Dann wünsche ich mal allen Bestellern viel Spaß mit der Mail oder dem schön verpackten Ziegelstein


----------



## ha-jo55 (2. März 2014)

*AW: 780ti für 172€*

schei.. ich habs verpasst, vieleicht kommt es nochmal. Aber ich habe bedenken dass die Grkas ausgeliefert werden, wird wohl ein fehler gewesen sein.Wenn nich kann ich nur sagen Glück gehabt

ha-jo


----------



## ha-jo55 (2. März 2014)

*AW: 780ti für 172€*



Oberst Klink schrieb:


> Die Karte war bei zwei Shops für den Preis gelistet, alle anderen wollten den normalen Preis über 600€. Keiner wird die Karte für den Preis bekommen.


 Denke auch zu früh gefreud, aber man weis ja nie.


----------



## Teutonnen (2. März 2014)

*AW: 780ti für 172€*

Die Karte müssen sie nicht ausliefern, da der Irrtum offensichtlich war (180€ während alle anderen Anbieter um die 600 verlangen).

Bei 475€ wäre die Sache wohl anders^^


----------



## Singlecoreplayer2500+ (2. März 2014)

*AW: 780ti für 172€*

Naja warten wir mal ab was kommt.
Meine Bestätigungsmail von Amazon hab ich jedenfalls bekommen, vielleicht wird es ja was


----------



## Incredible Alk (2. März 2014)

*AW: 780ti für 172€*



Teutonnen schrieb:


> Bei 475€ wäre die Sache wohl anders^^


 
Nicht wirklich.
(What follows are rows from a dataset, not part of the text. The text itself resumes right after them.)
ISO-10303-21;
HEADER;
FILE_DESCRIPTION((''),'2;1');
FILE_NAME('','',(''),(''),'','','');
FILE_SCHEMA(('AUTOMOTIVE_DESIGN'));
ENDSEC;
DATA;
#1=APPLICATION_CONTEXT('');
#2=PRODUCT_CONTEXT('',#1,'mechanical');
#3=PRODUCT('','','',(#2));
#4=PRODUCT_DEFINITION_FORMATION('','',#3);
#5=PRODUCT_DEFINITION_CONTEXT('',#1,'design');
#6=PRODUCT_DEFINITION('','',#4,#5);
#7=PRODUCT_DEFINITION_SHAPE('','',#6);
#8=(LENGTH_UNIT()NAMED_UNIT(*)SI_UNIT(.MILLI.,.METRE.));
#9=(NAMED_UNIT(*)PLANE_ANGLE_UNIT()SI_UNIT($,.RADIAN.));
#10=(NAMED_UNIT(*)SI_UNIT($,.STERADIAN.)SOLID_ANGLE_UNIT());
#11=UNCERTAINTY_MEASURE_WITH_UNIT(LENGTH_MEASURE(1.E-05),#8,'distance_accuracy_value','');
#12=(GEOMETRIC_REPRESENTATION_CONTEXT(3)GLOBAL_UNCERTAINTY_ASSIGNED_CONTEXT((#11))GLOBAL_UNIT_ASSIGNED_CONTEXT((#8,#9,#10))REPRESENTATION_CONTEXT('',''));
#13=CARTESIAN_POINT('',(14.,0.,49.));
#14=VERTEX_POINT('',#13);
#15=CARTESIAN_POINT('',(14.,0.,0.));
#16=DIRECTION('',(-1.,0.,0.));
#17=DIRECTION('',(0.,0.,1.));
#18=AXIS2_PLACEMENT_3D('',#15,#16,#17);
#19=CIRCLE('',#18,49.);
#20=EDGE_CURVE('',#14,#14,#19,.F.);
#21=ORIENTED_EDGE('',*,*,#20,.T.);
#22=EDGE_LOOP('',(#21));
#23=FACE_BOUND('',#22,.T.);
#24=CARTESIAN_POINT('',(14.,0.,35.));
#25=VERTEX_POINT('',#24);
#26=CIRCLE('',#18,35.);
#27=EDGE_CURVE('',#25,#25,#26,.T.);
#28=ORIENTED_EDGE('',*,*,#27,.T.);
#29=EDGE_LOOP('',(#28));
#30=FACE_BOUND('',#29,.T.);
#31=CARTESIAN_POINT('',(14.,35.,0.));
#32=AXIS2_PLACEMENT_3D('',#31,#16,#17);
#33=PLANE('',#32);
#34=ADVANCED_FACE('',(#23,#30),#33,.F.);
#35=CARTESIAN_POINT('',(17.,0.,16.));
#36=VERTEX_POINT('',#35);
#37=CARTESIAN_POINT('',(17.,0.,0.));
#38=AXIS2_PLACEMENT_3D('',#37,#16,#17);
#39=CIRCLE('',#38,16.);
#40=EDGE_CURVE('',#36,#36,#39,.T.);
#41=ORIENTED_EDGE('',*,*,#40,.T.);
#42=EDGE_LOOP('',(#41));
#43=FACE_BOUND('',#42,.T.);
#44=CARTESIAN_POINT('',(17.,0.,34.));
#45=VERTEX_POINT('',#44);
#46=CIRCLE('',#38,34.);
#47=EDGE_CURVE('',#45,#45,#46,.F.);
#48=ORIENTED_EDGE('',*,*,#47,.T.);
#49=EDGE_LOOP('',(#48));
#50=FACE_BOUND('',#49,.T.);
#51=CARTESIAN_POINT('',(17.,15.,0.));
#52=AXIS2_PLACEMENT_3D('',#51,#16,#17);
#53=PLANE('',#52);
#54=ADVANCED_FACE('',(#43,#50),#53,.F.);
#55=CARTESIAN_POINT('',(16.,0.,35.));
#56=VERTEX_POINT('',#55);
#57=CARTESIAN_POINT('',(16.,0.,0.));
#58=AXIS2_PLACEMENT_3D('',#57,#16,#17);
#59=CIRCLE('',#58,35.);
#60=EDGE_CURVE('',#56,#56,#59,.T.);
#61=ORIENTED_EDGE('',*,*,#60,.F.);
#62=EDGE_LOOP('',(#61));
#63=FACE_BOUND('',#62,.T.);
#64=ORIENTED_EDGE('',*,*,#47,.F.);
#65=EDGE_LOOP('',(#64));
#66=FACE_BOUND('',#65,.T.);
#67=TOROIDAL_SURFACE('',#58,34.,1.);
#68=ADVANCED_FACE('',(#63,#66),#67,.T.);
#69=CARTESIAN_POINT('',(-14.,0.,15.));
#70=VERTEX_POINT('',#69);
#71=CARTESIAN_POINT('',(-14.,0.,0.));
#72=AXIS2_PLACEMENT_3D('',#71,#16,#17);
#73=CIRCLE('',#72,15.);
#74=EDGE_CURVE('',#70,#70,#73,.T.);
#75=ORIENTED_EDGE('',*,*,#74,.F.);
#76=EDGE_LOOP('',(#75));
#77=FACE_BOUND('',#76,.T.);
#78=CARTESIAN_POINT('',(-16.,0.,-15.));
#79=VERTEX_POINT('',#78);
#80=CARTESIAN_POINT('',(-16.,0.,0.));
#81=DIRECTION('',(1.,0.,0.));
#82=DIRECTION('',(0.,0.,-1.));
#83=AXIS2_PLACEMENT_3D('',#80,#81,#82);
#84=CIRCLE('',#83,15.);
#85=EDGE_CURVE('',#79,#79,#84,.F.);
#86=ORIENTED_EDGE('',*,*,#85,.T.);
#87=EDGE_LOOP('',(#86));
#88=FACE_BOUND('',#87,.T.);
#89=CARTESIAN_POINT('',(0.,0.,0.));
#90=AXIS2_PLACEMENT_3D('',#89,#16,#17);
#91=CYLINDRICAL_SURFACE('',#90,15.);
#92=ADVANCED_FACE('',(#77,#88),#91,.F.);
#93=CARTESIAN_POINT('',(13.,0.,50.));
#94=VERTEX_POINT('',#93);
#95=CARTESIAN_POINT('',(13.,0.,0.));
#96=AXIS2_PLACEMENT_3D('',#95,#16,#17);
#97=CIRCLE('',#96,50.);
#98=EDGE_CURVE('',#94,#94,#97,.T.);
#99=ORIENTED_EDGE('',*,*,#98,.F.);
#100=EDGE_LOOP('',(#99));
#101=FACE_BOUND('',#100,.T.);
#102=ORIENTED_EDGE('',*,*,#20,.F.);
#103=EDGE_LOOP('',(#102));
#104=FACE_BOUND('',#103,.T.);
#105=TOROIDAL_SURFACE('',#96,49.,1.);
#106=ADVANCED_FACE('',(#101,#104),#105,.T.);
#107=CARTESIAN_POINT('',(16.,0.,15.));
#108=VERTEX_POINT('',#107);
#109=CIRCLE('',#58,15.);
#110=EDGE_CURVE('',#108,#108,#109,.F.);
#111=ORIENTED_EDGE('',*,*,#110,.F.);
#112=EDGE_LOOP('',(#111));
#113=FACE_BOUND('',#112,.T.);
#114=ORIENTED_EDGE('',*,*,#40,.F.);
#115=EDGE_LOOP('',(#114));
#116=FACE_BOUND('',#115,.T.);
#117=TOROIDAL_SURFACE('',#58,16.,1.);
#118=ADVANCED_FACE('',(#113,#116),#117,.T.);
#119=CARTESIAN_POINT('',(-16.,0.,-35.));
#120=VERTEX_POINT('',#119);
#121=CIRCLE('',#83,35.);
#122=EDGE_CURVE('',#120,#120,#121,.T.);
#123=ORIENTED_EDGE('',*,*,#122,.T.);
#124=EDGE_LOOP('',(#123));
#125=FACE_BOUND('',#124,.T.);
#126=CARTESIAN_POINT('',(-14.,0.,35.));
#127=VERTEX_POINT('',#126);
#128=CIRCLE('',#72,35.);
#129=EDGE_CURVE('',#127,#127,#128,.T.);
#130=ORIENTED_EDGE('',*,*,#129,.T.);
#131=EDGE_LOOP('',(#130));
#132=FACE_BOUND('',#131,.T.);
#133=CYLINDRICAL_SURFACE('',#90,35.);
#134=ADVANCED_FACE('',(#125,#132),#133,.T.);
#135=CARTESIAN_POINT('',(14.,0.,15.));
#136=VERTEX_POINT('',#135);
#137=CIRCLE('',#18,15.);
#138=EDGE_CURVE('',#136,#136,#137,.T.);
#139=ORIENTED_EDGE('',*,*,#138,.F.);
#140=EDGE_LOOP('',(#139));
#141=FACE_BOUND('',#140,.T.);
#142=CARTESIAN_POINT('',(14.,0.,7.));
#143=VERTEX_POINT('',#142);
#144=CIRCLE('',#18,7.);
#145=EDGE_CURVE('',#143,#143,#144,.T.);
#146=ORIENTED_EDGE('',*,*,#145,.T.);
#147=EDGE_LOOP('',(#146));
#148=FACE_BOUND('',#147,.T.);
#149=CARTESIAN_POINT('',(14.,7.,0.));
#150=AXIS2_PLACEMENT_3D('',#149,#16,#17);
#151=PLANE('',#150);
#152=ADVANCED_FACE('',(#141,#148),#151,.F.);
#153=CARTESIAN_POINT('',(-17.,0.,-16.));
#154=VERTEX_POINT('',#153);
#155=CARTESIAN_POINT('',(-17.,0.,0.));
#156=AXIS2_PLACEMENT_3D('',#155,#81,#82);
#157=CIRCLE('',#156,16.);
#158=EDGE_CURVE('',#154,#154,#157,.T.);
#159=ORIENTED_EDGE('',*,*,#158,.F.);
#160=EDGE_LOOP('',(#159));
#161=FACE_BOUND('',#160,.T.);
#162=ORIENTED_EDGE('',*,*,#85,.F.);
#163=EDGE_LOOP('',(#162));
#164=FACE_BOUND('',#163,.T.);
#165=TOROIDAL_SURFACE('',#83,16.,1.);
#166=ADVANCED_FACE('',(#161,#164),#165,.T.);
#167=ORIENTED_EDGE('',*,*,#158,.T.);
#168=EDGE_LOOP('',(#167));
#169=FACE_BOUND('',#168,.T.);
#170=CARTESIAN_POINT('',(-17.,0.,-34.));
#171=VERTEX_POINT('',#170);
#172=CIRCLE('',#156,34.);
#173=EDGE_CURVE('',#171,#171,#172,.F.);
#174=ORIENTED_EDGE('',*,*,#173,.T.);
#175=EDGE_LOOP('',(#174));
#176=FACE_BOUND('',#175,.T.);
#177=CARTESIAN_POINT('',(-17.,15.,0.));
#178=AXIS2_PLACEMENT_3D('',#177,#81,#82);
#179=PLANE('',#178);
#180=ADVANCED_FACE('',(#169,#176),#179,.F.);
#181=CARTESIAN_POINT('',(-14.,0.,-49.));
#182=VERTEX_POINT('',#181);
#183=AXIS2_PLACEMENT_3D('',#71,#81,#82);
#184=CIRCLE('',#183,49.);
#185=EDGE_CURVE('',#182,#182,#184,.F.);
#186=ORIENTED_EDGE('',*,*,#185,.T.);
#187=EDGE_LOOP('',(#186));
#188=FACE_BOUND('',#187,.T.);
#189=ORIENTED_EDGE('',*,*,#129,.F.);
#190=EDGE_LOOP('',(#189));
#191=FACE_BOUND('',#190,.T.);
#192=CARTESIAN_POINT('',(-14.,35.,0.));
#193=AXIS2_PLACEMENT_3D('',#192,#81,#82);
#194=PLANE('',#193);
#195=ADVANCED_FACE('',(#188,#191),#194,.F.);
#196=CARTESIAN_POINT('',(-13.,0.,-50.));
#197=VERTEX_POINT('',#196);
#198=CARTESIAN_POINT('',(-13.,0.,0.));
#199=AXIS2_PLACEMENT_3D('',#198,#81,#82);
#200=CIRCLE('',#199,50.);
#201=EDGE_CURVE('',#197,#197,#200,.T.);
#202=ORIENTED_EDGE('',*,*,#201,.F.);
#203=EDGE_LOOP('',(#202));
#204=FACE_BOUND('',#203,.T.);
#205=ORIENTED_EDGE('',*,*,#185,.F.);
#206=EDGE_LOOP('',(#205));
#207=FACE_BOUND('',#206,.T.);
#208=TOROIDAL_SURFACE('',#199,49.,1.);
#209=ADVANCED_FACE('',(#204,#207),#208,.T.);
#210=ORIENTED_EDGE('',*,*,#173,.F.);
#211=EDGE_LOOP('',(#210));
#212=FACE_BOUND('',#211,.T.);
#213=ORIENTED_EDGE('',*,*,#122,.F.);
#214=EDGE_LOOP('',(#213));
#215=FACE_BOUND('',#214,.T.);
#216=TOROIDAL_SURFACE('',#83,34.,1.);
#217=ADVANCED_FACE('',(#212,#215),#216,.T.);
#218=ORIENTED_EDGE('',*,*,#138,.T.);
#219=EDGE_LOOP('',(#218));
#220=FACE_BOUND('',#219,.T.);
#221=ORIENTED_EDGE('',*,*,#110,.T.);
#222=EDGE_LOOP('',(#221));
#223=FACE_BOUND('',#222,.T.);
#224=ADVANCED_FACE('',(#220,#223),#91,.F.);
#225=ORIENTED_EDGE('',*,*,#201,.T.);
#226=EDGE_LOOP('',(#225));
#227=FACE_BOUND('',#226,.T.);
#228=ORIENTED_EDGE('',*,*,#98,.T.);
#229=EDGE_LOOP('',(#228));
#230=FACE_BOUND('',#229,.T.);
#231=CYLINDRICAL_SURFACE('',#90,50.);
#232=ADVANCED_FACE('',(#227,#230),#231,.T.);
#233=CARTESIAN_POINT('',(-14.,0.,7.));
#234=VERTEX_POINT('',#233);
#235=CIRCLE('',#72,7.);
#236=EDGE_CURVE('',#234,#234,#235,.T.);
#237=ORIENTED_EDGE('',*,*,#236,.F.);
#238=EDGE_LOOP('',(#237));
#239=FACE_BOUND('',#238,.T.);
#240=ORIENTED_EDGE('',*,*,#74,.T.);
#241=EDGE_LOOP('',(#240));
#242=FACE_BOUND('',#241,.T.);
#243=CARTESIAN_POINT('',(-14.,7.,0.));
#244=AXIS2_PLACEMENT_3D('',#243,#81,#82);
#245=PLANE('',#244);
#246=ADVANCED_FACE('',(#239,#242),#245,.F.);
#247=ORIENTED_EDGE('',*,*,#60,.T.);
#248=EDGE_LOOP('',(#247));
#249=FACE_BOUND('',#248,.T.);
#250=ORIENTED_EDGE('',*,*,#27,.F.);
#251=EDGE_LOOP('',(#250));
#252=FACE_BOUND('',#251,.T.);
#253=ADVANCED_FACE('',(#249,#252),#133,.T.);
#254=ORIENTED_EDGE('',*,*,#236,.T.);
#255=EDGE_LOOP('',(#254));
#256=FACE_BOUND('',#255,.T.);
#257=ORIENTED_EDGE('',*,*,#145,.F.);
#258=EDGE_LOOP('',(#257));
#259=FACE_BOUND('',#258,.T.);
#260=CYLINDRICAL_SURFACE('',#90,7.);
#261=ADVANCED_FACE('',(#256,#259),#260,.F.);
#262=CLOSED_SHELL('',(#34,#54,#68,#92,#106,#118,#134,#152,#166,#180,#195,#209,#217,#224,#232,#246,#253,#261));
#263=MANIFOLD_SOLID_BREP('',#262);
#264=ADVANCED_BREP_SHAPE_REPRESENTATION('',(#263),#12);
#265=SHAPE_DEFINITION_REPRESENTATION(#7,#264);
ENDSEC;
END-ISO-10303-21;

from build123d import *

# Parameters (mm, degrees)
FILLET1_R = 1


with BuildPart() as part:
    # Sketch1 → Revolve1 (revolve)
    with BuildSketch(Plane.XY, mode=Mode.PRIVATE) as revolve1_sk:
        Polygon((14, 7), (14, 15), (17, 15), (17, 35), (14, 35), (14, 50), (-14, 50), (-14, 35), (-17, 35), (-17, 15), (-14, 15), (-14, 7), align=None)
    revolve(revolve1_sk.sketch.rotate(Axis((0, 0, 0), (1, 0, 0)), 90), axis=Axis((0, 0, 0), (1, 0, 0)))

    # Fillet1
    fillet1_edges = [part.edges().sort_by_distance(p)[0] for p in [
        (-17, 0, -15),
        (-17, 0, -35),
        (-14, 0, -50),
        (14, 0, -50),
        (17, 0, -35),
        (17, 0, -15),
    ]]
    fillet(fillet1_edges, radius=FILLET1_R)


solid = part.part
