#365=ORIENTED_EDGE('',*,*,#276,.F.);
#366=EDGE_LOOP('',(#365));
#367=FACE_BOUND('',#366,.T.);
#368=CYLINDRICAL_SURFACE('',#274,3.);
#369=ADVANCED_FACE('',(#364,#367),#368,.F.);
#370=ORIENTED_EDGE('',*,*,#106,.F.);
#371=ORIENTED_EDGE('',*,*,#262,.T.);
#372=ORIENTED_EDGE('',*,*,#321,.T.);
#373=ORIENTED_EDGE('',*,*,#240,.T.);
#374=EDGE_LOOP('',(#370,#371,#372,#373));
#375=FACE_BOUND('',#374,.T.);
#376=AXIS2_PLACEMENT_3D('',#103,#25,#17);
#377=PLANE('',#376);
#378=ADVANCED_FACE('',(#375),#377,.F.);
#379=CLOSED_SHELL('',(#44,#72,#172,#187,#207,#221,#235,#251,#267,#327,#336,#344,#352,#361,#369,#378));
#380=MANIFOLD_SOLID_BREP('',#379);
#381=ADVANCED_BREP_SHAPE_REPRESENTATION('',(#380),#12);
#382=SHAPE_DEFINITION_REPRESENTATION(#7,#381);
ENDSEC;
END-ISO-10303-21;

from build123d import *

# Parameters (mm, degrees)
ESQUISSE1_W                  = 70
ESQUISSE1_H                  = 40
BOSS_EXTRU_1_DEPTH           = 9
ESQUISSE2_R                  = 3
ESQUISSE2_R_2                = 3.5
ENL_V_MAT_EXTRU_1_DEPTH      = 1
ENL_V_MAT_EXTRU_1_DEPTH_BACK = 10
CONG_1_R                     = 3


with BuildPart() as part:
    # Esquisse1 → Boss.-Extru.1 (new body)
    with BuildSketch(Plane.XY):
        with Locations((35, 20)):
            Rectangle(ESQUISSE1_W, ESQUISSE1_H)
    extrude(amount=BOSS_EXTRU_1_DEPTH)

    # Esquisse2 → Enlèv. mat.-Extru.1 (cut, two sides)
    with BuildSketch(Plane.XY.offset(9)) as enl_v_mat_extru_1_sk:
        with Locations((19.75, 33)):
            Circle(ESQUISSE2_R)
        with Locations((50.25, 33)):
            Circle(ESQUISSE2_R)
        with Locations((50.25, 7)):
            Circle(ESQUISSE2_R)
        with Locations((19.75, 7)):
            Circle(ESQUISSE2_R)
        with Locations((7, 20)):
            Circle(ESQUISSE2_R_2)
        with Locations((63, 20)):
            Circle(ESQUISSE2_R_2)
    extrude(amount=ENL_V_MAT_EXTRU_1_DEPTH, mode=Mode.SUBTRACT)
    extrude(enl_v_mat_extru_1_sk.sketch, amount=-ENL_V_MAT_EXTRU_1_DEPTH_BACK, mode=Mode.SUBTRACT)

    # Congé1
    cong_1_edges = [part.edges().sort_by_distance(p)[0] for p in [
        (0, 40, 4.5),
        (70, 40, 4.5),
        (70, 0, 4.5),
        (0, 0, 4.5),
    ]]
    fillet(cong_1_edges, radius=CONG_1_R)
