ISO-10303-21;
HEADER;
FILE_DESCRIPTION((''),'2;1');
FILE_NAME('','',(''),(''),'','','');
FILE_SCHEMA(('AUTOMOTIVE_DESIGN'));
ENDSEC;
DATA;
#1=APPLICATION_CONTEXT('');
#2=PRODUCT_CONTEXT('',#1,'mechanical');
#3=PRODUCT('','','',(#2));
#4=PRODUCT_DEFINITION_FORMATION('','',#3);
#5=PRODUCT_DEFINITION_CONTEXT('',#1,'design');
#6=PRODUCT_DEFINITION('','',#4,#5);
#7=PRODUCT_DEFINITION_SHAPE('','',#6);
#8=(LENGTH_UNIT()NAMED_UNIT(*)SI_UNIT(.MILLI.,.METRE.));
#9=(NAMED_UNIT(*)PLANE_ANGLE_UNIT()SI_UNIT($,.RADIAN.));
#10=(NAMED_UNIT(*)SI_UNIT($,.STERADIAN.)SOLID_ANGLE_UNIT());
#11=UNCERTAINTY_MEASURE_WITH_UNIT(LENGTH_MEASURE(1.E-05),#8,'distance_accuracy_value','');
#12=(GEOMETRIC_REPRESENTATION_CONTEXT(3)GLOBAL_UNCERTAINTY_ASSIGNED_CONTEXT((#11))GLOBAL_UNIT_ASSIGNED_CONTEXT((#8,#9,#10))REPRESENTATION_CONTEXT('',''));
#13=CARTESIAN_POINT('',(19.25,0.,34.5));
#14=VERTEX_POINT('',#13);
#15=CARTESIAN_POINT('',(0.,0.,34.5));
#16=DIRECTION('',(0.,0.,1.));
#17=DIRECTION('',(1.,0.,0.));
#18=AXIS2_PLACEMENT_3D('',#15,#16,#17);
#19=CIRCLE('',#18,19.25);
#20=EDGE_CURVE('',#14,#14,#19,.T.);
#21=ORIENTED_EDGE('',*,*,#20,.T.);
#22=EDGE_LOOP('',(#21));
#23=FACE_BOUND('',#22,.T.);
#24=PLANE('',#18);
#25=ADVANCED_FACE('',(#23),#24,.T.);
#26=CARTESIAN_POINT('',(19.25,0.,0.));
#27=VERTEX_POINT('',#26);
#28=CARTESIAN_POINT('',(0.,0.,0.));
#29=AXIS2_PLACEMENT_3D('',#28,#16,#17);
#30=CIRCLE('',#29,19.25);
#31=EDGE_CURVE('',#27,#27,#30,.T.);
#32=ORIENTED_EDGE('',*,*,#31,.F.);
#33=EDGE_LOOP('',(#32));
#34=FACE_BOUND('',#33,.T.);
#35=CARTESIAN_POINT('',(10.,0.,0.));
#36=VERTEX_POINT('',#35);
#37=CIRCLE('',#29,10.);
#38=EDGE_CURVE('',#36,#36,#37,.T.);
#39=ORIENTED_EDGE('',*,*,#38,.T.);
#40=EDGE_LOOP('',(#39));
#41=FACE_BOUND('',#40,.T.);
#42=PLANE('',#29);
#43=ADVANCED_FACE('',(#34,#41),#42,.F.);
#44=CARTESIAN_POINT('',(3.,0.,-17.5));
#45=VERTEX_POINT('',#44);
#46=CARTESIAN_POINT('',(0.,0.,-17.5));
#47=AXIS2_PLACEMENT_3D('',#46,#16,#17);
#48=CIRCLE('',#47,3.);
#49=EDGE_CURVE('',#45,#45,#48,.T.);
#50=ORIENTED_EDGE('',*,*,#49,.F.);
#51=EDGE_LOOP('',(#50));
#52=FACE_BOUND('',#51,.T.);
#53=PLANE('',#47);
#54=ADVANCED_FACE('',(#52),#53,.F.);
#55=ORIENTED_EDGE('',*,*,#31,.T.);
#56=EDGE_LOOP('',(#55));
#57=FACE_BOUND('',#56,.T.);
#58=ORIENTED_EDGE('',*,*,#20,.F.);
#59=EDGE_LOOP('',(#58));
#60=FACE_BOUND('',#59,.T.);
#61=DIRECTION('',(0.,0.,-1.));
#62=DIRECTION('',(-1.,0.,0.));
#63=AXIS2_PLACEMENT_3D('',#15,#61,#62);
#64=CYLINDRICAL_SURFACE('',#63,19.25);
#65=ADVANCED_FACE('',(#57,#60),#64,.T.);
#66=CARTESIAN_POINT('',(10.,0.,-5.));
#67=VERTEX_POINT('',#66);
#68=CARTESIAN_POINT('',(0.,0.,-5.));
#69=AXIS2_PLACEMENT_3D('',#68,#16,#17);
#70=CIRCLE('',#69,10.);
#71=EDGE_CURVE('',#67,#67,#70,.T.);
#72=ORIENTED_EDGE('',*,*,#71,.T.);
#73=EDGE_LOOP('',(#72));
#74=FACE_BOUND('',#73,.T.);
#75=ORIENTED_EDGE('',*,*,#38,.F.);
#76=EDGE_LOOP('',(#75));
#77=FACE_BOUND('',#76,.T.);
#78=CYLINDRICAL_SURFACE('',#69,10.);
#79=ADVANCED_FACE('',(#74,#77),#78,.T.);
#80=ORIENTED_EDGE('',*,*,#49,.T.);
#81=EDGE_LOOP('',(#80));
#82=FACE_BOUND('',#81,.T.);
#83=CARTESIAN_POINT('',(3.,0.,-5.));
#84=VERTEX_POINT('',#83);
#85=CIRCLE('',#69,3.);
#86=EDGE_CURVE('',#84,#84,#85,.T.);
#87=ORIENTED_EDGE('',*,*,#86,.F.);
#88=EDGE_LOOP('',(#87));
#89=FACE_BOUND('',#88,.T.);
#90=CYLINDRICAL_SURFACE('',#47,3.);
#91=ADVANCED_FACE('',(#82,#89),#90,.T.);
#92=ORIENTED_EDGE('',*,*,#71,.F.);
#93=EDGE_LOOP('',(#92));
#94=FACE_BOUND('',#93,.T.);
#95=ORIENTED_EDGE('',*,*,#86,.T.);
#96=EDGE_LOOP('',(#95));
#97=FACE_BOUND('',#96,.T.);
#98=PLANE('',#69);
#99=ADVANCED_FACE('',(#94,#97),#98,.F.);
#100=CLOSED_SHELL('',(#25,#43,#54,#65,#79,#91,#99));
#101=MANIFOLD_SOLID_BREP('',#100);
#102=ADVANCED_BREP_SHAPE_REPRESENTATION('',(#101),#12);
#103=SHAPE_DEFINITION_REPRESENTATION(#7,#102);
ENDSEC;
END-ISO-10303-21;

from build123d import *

# Parameters (mm, degrees)
SKETCH1_R           = 19.25
BOSS_EXTRUDE1_DEPTH = 34.5
SKETCH1_3_R         = 10
SKETCH1_3_R_2       = 3
BOSS_EXTRUDE2_DEPTH = 5
SKETCH1_4_R         = 3
BOSS_EXTRUDE3_DEPTH = 17.5


with BuildPart() as part:
    # Sketch1 → Boss-Extrude1 (new body)
    with BuildSketch(Plane.XY):
        Circle(SKETCH1_R)
    extrude(amount=BOSS_EXTRUDE1_DEPTH)

    # Sketch1<3> → Boss-Extrude2 (add)
    with BuildSketch(Plane.XY):
        Circle(SKETCH1_3_R)
        Circle(SKETCH1_3_R_2, mode=Mode.SUBTRACT)
    extrude(amount=-BOSS_EXTRUDE2_DEPTH)

    # Sketch1<4> → Boss-Extrude3 (add)
    with BuildSketch(Plane.XY):
        Circle(SKETCH1_4_R)
    extrude(amount=-BOSS_EXTRUDE3_DEPTH)


solid = part.part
Ein Kaufvertrag kommt nur dann zustande, wenn der Verkäufer diesem einwilligt. Sprich nur wenn du bei Amazon was bestellst hast du kein Anrecht auf den Artikel und schon gar nicht auf den Preis (selbst bei den normalen 600€ nicht).

Der Vertrag kommt erst zustande und du hast erst ein Anrecht auf das Produkt sobald du eine Bestellbestätigung des Verkäufers (nicht: Amazon! Die bestätigen nur dass deine Anfrage eingegangen ist!) erhältst, denn dann ist er mit dem Handel einverstanden. Bis dahin kann dir jeder Händler auch ohne Angabe von Gründen nach deiner Bestellung sagen "nein ich will nicht".


----------



## Erok (2. März 2014)

*AW: 780ti für 172€*

Also gerade waren welche drin für 190,16 Euro 

Ich hab einfach mal eine bestellt lol 




			Dieser Inhalt steht nur eingeloggten Mitgliedern zur Verfügung.
        



Bin ich ja mal gespannt lol

Greetz Erok


----------



## cvzone (2. März 2014)

*AW: 780ti für 172€*

Wie Alk sagt,  invitatio _ad offerendum.

_Der Lieferant läd euch ein ein Angebot zu angegebenen Preis abzugeben, dieses Angebot muss er immer noch annehmen, und das hat er mit einer Eingangsbestätigung legal noch nicht getan.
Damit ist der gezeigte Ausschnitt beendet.